Everything you could possibly need...#TI994A#RetroComputing#RetroGaming pic.twitter.com/djU9fRKgxl
— TI99 Stuff (@TI99Stuff) February 3, 2017
Among the buyers was Lee Stewart, who had already been using computers in various capacities for 20 years when he bought his TI‑99/4A.
"I had been in the computer game for 20 years by that time and had gotten excited about microcomputers in the mid 70s, but I did not have the money to spend on them and they were not yet ready for prime time, anyway," he told The Register.
"My wife was on the lookout for Christmas gifts for the kids (at the time, we had five kids, ages 4 to 13). TI and/or retail stores had just knocked down the price of the TI‑99/4A to $50 as TI was getting out of the market. This included joysticks and the speech synthesizer module. She bought one and we started learning what we could do with it."
Fellow TI-99/4A enthusiast Alan Rateliff was nine years old when his family was wooed in by the bargain price tag.
"When my family would go into town (we lived on an air base 17 miles from town) we inevitably wound up at K‑Mart and instead of the toys department I would hang around the computers and electronics section," Rateliff said.
Chris Schneider said that, apart from a short detour that included a tour in the US Marine Corps, he has been using a TI‑99 in various capacities since he was in the 9th grade.
"My parents bought me my first TI-99/4A console and data cassette recorder in 1983," he said. "I had it hooked up to a 13‑inch RCA color TV and it all set up on the old SNACK trays.
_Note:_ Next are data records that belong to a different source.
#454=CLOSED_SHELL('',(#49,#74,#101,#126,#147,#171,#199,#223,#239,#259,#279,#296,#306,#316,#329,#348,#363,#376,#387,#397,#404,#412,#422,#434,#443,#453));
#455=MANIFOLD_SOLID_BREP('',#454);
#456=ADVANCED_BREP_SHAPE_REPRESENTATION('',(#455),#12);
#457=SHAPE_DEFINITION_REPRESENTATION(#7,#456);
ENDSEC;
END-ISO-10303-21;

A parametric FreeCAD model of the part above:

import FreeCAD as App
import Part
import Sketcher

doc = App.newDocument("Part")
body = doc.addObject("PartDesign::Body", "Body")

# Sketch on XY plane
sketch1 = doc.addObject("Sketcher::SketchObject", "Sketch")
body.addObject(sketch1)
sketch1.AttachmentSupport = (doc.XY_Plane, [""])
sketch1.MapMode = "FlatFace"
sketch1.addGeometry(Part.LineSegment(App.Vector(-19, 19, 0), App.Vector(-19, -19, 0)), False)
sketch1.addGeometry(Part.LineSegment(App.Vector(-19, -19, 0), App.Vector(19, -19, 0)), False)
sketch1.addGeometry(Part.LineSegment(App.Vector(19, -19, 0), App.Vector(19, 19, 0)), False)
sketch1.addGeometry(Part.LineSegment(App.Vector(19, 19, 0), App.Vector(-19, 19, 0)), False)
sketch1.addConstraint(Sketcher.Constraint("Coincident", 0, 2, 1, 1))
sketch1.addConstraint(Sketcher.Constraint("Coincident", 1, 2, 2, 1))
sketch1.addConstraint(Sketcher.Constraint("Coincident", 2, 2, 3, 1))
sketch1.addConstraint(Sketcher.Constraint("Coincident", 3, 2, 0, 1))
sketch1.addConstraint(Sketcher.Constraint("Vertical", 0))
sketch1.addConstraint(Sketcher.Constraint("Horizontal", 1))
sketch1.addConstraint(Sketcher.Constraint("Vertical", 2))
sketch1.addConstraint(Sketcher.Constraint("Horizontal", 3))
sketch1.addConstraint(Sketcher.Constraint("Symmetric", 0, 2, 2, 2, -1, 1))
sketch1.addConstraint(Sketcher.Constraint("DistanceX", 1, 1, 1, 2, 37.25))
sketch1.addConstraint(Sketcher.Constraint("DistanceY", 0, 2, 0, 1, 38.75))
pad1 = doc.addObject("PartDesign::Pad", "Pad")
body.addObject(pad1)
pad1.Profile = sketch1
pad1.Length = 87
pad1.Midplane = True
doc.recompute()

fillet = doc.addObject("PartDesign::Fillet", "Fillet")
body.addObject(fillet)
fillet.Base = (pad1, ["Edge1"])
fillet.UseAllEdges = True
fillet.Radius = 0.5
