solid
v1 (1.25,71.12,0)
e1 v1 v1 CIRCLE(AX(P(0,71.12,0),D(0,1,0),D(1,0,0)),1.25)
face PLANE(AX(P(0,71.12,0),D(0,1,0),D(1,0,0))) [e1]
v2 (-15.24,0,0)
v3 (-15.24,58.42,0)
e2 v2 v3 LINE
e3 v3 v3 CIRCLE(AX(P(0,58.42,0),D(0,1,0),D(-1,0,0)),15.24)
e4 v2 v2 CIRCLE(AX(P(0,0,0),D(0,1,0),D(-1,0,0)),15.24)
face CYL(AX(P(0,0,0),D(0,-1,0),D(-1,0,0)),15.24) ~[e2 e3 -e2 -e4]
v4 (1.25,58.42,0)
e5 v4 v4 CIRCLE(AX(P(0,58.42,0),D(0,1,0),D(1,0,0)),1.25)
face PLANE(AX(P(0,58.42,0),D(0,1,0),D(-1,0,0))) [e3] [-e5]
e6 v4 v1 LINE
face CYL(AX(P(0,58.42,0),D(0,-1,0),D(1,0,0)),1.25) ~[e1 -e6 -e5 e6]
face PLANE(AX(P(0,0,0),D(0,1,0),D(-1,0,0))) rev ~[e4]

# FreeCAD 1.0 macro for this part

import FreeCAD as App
import Part
import Sketcher
from FreeCAD import Vector
Q = App.Units.Quantity

doc = App.newDocument("Part")
body = doc.addObject("PartDesign::Body", "Body")

sketch1 = doc.addObject("Sketcher::SketchObject", "Sketch")
body.addObject(sketch1)
sketch1.AttachmentSupport = (doc.XZ_Plane, [""])
sketch1.MapMode = "FlatFace"
sketch1.addGeometry(Part.Circle(Vector(0, 0, 0), Vector(0, 0, 1), 15.24), False)
sketch1.addConstraint([
    Sketcher.Constraint("Coincident", 0, 3, -1, 1),
    Sketcher.Constraint("Diameter", 0, Q("1.2 in")),
])
pad1 = doc.addObject("PartDesign::Pad", "Pad")
body.addObject(pad1)
pad1.Profile = sketch1
pad1.Length = Q("2.3 in")
pad1.Reversed = True

sketch2 = doc.addObject("Sketcher::SketchObject", "Sketch001")
body.addObject(sketch2)
sketch2.AttachmentSupport = (doc.XZ_Plane, [""])
sketch2.MapMode = "FlatFace"
sketch2.AttachmentOffset = App.Placement(Vector(0, 0, -2.3 * 25.4), App.Rotation())
sketch2.addGeometry(Part.Circle(Vector(0, 0, 0), Vector(0, 0, 1), 1.25), False)
sketch2.addConstraint([
    Sketcher.Constraint("Coincident", 0, 3, -1, 1),
    Sketcher.Constraint("Diameter", 0, 2.5),
])
pad2 = doc.addObject("PartDesign::Pad", "Pad001")
body.addObject(pad2)
pad2.Profile = sketch2
pad2.Length = Q("0.5 in")
pad2.Reversed = True

doc.recompute()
You remember, the ones you would sit down and eat a TV dinner on."
Eventually, Stuart, Rateliff, Schneider and others came together in a number of online communities, including retro computing site AtariAge, where a dedicated community has popped up around the TI box.
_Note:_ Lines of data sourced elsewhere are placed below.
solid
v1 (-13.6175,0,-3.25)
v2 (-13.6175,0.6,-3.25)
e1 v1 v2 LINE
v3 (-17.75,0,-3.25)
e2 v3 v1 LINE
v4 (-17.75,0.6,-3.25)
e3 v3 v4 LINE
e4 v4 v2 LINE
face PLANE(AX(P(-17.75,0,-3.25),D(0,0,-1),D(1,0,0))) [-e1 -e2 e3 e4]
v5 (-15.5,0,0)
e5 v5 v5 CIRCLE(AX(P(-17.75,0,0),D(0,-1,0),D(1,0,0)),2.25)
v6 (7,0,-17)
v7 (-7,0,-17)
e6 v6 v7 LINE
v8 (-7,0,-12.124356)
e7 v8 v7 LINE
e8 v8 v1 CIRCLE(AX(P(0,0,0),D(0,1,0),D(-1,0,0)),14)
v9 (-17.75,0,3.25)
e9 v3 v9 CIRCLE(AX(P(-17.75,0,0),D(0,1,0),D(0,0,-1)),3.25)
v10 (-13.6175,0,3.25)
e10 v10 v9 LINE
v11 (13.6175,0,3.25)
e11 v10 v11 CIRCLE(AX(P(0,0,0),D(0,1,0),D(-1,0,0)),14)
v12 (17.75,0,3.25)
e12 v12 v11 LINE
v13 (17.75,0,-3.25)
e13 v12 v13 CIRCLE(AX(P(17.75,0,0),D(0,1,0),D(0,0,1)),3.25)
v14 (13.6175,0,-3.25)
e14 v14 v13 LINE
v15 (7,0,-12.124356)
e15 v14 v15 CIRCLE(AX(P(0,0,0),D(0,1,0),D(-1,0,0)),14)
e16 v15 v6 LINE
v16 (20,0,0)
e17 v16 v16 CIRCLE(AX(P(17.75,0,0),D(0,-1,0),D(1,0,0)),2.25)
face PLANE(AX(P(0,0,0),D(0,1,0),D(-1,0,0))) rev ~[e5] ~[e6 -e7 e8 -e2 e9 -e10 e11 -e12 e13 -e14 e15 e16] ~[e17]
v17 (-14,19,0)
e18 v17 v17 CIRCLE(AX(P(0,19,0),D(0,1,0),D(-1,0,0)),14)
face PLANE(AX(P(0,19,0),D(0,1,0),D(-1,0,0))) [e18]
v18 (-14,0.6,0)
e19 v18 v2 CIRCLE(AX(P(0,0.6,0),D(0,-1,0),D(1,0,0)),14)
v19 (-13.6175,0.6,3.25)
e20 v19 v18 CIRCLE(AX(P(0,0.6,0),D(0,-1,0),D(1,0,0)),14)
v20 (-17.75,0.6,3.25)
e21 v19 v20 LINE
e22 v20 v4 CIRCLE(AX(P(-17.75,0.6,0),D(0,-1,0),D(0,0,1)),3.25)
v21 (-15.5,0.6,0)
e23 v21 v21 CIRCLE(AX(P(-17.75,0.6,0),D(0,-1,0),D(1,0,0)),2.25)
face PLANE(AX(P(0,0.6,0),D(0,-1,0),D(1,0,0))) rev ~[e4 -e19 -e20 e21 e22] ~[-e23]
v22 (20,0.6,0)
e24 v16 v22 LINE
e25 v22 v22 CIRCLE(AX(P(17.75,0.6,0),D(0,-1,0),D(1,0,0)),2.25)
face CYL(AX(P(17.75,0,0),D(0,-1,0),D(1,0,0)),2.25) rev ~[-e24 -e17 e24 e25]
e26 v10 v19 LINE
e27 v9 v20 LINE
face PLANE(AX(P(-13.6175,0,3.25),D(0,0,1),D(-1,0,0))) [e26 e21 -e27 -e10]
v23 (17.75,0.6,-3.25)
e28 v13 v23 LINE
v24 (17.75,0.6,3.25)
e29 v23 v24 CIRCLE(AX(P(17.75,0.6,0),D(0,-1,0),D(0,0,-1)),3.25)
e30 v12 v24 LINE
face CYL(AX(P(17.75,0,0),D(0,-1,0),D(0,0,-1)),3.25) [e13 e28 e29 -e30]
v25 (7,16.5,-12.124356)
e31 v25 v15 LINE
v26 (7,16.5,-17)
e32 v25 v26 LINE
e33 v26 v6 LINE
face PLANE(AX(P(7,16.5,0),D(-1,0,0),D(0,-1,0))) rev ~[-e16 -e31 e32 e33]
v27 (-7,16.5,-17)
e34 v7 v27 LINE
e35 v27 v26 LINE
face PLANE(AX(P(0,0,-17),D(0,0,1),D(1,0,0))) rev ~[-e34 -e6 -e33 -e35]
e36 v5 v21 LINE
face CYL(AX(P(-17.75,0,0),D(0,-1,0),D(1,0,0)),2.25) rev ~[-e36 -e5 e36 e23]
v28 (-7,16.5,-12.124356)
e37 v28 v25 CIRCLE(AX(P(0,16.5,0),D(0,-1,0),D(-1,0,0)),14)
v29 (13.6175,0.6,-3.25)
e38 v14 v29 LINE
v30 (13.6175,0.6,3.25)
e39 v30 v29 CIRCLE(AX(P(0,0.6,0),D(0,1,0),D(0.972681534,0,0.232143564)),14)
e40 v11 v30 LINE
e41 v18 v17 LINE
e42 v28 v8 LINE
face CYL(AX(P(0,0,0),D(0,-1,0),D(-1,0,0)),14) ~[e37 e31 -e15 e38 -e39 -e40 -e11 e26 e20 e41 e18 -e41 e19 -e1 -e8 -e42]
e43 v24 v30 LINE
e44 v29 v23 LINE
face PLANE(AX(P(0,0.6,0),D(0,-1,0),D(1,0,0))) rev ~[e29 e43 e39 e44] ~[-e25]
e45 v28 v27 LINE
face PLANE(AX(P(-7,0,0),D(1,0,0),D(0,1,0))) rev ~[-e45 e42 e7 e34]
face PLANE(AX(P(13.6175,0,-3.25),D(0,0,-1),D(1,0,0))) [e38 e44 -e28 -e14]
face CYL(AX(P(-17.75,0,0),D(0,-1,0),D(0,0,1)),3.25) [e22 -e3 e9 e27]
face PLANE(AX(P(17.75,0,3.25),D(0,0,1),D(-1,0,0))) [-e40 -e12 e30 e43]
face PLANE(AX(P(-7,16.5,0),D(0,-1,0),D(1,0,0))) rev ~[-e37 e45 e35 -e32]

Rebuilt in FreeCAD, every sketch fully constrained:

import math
import FreeCAD as App
import Part
import Sketcher
from FreeCAD import Vector
Q = App.Units.Quantity


def add_polygon(sketch, points):
    """Adds a closed chain of lines whose ends are joined by coincident constraints."""
    first, n = sketch.GeometryCount, len(points)
    for a, b in zip(points, points[1:] + points[:1]):
        sketch.addGeometry(Part.LineSegment(App.Vector(*a, 0), App.Vector(*b, 0)), False)
    for i in range(n):
        sketch.addConstraint(Sketcher.Constraint("Coincident", first + i, 2, first + (i + 1) % n, 1))

doc = App.newDocument("Part")
body = doc.addObject("PartDesign::Body", "Body")

sketch1 = body.newObject("Sketcher::SketchObject", "Sketch")
sketch1.AttachmentSupport = (doc.getObject("XZ_Plane"), [""])
sketch1.MapMode = "FlatFace"
sketch1.addGeometry(Part.Circle(Vector(0, 0, 0), Vector(0, 0, 1), 14), False)
sketch1.addConstraint([
    Sketcher.Constraint("Coincident", 0, 3, -1, 1),
    Sketcher.Constraint("Diameter", 0, Q("28 mm")),
])
pad1 = body.newObject("PartDesign::Pad", "Pad")
pad1.Profile = sketch1
pad1.Length = 19
pad1.Reversed = True

sketch2 = body.newObject("Sketcher::SketchObject", "Sketch001")
sketch2.AttachmentSupport = (doc.getObject("XZ_Plane"), [""])
sketch2.MapMode = "FlatFace"
sketch2.addGeometry([
    Part.ArcOfCircle(Part.Circle(Vector(-17.8, 0, 0), Vector(0, 0, 1), 3.2), math.radians(90), math.radians(270)),
    Part.LineSegment(Vector(-17.8, -3.2, 0), Vector(-13.6, -3.2, 0)),
    Part.ArcOfCircle(Part.Circle(Vector(0, 0, 0), Vector(0, 0, 1), 14), math.radians(167), math.radians(193)),
    Part.LineSegment(Vector(-13.6, 3.2, 0), Vector(-17.8, 3.2, 0)),
    Part.Circle(Vector(-17.8, 0, 0), Vector(0, 0, 1), 2.2),
    Part.ArcOfCircle(Part.Circle(Vector(0, 0, 0), Vector(0, 0, 1), 14), math.radians(-13), math.radians(13)),
    Part.LineSegment(Vector(13.6, -3.2, 0), Vector(17.8, -3.2, 0)),
    Part.ArcOfCircle(Part.Circle(Vector(17.8, 0, 0), Vector(0, 0, 1), 3.2), math.radians(-90), math.radians(90)),
    Part.LineSegment(Vector(17.8, 3.2, 0), Vector(13.6, 3.2, 0)),
    Part.Circle(Vector(17.8, 0, 0), Vector(0, 0, 1), 2.2),
], False)
sketch2.addConstraint([
    Sketcher.Constraint("Tangent", 0, 2, 1, 1),
    Sketcher.Constraint("Coincident", 1, 2, 2, 2),
    Sketcher.Constraint("Coincident", 2, 1, 3, 1),
    Sketcher.Constraint("Tangent", 3, 2, 0, 1),
    Sketcher.Constraint("Coincident", 5, 1, 6, 1),
    Sketcher.Constraint("Tangent", 6, 2, 7, 1),
    Sketcher.Constraint("Tangent", 7, 2, 8, 1),
    Sketcher.Constraint("Coincident", 8, 2, 5, 2),
    Sketcher.Constraint("Horizontal", 1),
    Sketcher.Constraint("Horizontal", 3),
    Sketcher.Constraint("Horizontal", 6),
    Sketcher.Constraint("Horizontal", 8),
    Sketcher.Constraint("Coincident", 2, 3, -1, 1),
    Sketcher.Constraint("Coincident", 5, 3, -1, 1),
    Sketcher.Constraint("Coincident", 4, 3, 0, 3),
    Sketcher.Constraint("Coincident", 9, 3, 7, 3),
    Sketcher.Constraint("Equal", 2, 5),
    Sketcher.Constraint("Equal", 0, 7),
    Sketcher.Constraint("Equal", 4, 9),
    Sketcher.Constraint("Symmetric", 0, 3, 7, 3, -1, 1),
    Sketcher.Constraint("PointOnObject", 0, 3, -1),
    Sketcher.Constraint("Diameter", 4, Q("4.5 mm")),
    Sketcher.Constraint("Radius", 0, Q("3.25 mm")),
    Sketcher.Constraint("Radius", 2, Q("14 mm")),
    Sketcher.Constraint("DistanceX", 0, 3, 7, 3, Q("35.5 mm")),
])
pad2 = body.newObject("PartDesign::Pad", "Pad001")
pad2.Profile = sketch2
pad2.Length = 0.6
pad2.Reversed = True

sketch3 = body.newObject("Sketcher::SketchObject", "Sketch002")
sketch3.AttachmentSupport = (doc.getObject("XY_Plane"), [""])
sketch3.MapMode = "FlatFace"
add_polygon(sketch3, [(-7, 0), (7, 0), (7, 16), (-7, 16)])
sketch3.addConstraint([
    Sketcher.Constraint("Horizontal", 0),
    Sketcher.Constraint("Vertical", 1),
    Sketcher.Constraint("Horizontal", 2),
    Sketcher.Constraint("Vertical", 3),
    Sketcher.Constraint("Symmetric", 0, 2, 3, 2, -1, 1),
    Sketcher.Constraint("DistanceX", 0, 1, 0, 2, Q("14 mm")),
    Sketcher.Constraint("DistanceY", 1, 1, 1, 2, Q("16.5 mm")),
])
pad3 = body.newObject("PartDesign::Pad", "Pad002")
pad3.Profile = sketch3
pad3.Length = 17
pad3.Reversed = True

doc.recompute()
Others, such as IT pro Leonard Rivera, eventually stumbled upon the community after grabbing an old system on a whim.
"This past July, a few days before leaving for vacation, I spotted a complete TI‑99/4a system for sale with a few cartridges," Rivera said. "I purchased it out of pure nostalgia just to own it again. Shortly thereafter I found the community and was taken completely by surprise."
The various members of the group say they have never gotten much in the way of help or encouragement from TI (which didn't respond to a request for comment from The Reg either), but through their accumulated knowledge, collected materials, and trial-and-error, they have managed to not only revive the vintage platform, but expand on it with a catalog of custom hardware and software additions.
Central to the modding is the TI‑99/4A's PEB expansion box and its cartridge system. Hobbyists have found that both allow for hardware capabilities to expand far beyond the early-80s limitations of the machine.
"The TI‑99/4A was the first 16‑bit personal computer," explains Greg McGill, network engineer and IT manager, who has been hosting BBS boards since the mid-80s when he got his first TI‑99.
"It has a unique architecture that is 'plug and play' long before that was even considered for other systems, which makes it easy to expand and add new devices."